▸ Exercise description
Copy nothing from the entries below except the lines from the one containing "#177=VERTEX_POINT('',#176);" through the one containing "#195=ADVANCED_FACE('',(#192),#194,.T.);", and copy those exactly.

(Collected data entries)
.....

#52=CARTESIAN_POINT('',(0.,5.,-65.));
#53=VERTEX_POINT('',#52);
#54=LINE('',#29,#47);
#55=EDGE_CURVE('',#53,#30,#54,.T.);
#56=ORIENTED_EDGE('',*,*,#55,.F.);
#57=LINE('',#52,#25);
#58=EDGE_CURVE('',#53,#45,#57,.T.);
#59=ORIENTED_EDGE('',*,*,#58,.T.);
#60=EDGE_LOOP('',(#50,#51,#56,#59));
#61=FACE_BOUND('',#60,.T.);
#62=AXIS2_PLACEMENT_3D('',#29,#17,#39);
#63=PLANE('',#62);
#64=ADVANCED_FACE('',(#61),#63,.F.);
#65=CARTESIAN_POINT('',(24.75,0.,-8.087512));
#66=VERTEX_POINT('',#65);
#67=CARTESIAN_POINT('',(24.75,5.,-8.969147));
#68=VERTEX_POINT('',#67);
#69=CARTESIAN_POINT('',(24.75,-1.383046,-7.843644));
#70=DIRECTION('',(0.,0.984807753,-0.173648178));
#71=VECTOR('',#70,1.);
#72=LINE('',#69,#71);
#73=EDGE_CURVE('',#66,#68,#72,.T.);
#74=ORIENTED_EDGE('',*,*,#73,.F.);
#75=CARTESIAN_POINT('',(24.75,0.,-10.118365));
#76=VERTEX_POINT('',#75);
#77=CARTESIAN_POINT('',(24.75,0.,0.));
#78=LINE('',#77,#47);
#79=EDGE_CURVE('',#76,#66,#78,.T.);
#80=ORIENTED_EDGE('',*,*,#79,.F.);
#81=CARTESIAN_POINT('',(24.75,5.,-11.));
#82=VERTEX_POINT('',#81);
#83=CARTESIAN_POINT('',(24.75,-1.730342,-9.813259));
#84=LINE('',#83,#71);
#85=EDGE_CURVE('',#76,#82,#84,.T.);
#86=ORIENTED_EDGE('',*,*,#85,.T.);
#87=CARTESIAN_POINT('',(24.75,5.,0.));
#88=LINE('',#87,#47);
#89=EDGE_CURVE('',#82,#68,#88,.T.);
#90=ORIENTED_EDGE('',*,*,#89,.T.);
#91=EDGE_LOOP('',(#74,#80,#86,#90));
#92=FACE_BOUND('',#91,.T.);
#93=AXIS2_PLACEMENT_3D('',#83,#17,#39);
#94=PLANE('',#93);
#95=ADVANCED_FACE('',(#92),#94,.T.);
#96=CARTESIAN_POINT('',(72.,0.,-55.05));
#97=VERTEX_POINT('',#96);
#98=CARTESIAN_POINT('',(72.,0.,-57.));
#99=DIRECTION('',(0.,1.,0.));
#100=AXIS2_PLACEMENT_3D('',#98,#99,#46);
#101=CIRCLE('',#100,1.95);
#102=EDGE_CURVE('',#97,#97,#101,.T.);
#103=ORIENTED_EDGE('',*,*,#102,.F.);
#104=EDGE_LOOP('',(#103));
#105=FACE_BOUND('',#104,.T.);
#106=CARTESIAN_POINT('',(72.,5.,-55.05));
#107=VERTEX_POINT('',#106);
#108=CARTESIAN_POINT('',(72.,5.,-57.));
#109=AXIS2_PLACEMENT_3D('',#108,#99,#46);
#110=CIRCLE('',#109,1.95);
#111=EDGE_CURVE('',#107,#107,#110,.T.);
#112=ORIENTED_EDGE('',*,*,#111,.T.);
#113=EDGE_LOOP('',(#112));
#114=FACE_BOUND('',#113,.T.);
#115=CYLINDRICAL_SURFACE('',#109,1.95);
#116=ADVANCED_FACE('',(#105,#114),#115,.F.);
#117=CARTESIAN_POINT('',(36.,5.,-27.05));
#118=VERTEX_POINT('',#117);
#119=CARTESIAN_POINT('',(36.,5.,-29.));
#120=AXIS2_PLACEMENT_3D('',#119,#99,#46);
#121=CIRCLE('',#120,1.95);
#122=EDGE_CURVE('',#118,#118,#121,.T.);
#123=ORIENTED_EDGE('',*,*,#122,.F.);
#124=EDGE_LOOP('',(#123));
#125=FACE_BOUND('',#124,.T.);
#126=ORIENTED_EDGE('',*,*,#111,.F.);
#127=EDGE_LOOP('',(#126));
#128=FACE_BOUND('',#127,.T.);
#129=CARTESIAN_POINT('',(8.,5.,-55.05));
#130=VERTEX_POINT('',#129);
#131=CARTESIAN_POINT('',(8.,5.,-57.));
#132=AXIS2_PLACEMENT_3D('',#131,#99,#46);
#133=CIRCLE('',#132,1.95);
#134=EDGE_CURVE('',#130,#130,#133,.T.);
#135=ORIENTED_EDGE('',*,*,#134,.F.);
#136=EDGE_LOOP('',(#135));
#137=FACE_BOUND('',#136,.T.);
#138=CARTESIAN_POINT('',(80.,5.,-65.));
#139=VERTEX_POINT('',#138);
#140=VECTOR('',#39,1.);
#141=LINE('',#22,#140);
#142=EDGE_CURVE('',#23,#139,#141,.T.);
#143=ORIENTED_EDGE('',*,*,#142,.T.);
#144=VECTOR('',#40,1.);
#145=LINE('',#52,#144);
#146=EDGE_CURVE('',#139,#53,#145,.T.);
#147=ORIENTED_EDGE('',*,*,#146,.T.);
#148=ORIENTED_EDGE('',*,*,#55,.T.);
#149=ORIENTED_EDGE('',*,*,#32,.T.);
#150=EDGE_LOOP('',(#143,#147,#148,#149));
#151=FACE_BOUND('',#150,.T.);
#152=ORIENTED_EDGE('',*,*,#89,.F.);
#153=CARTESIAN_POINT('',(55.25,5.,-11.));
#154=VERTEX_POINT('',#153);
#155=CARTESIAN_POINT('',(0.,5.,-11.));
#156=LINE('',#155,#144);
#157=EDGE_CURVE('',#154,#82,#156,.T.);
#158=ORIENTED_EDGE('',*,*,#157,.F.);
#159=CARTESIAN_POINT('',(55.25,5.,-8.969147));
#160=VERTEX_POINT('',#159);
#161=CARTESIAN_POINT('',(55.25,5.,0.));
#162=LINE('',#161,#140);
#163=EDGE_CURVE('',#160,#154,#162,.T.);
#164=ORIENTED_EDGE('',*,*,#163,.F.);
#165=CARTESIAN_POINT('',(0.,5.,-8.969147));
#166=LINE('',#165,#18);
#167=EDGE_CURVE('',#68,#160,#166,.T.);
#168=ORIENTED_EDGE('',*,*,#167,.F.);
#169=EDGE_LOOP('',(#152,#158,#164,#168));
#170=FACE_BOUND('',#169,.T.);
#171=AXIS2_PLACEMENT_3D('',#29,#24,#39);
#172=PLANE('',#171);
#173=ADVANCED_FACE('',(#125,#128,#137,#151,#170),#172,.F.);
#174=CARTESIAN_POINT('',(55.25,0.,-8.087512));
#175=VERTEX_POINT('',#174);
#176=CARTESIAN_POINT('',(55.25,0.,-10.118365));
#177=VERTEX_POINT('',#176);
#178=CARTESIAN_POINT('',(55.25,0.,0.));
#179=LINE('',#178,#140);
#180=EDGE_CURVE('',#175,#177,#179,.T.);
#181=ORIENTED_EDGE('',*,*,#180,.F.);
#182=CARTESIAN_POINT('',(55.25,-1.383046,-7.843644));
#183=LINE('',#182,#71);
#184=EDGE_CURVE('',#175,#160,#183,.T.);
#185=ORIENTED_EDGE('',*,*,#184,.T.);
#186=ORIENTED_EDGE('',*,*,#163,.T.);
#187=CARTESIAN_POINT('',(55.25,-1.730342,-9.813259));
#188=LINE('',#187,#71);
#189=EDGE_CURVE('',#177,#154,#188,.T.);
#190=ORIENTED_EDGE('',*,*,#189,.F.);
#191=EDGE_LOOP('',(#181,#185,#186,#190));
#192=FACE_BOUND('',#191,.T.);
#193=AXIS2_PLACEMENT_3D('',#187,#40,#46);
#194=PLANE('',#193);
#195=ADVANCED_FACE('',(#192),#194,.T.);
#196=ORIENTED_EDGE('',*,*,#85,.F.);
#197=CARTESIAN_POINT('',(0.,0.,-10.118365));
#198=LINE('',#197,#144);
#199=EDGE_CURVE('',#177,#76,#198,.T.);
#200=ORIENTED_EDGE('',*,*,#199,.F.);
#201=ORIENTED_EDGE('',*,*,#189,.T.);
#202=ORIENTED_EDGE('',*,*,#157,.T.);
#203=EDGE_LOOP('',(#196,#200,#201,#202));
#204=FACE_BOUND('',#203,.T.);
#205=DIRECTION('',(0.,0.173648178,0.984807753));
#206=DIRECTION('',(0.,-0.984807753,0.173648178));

.....

▸ Expected output
#177=VERTEX_POINT('',#176);
#178=CARTESIAN_POINT('',(55.25,0.,0.));
#179=LINE('',#178,#140);
#180=EDGE_CURVE('',#175,#177,#179,.T.);
#181=ORIENTED_EDGE('',*,*,#180,.F.);
#182=CARTESIAN_POINT('',(55.25,-1.383046,-7.843644));
#183=LINE('',#182,#71);
#184=EDGE_CURVE('',#175,#160,#183,.T.);
#185=ORIENTED_EDGE('',*,*,#184,.T.);
#186=ORIENTED_EDGE('',*,*,#163,.T.);
#187=CARTESIAN_POINT('',(55.25,-1.730342,-9.813259));
#188=LINE('',#187,#71);
#189=EDGE_CURVE('',#177,#154,#188,.T.);
#190=ORIENTED_EDGE('',*,*,#189,.F.);
#191=EDGE_LOOP('',(#181,#185,#186,#190));
#192=FACE_BOUND('',#191,.T.);
#193=AXIS2_PLACEMENT_3D('',#187,#40,#46);
#194=PLANE('',#193);
#195=ADVANCED_FACE('',(#192),#194,.T.);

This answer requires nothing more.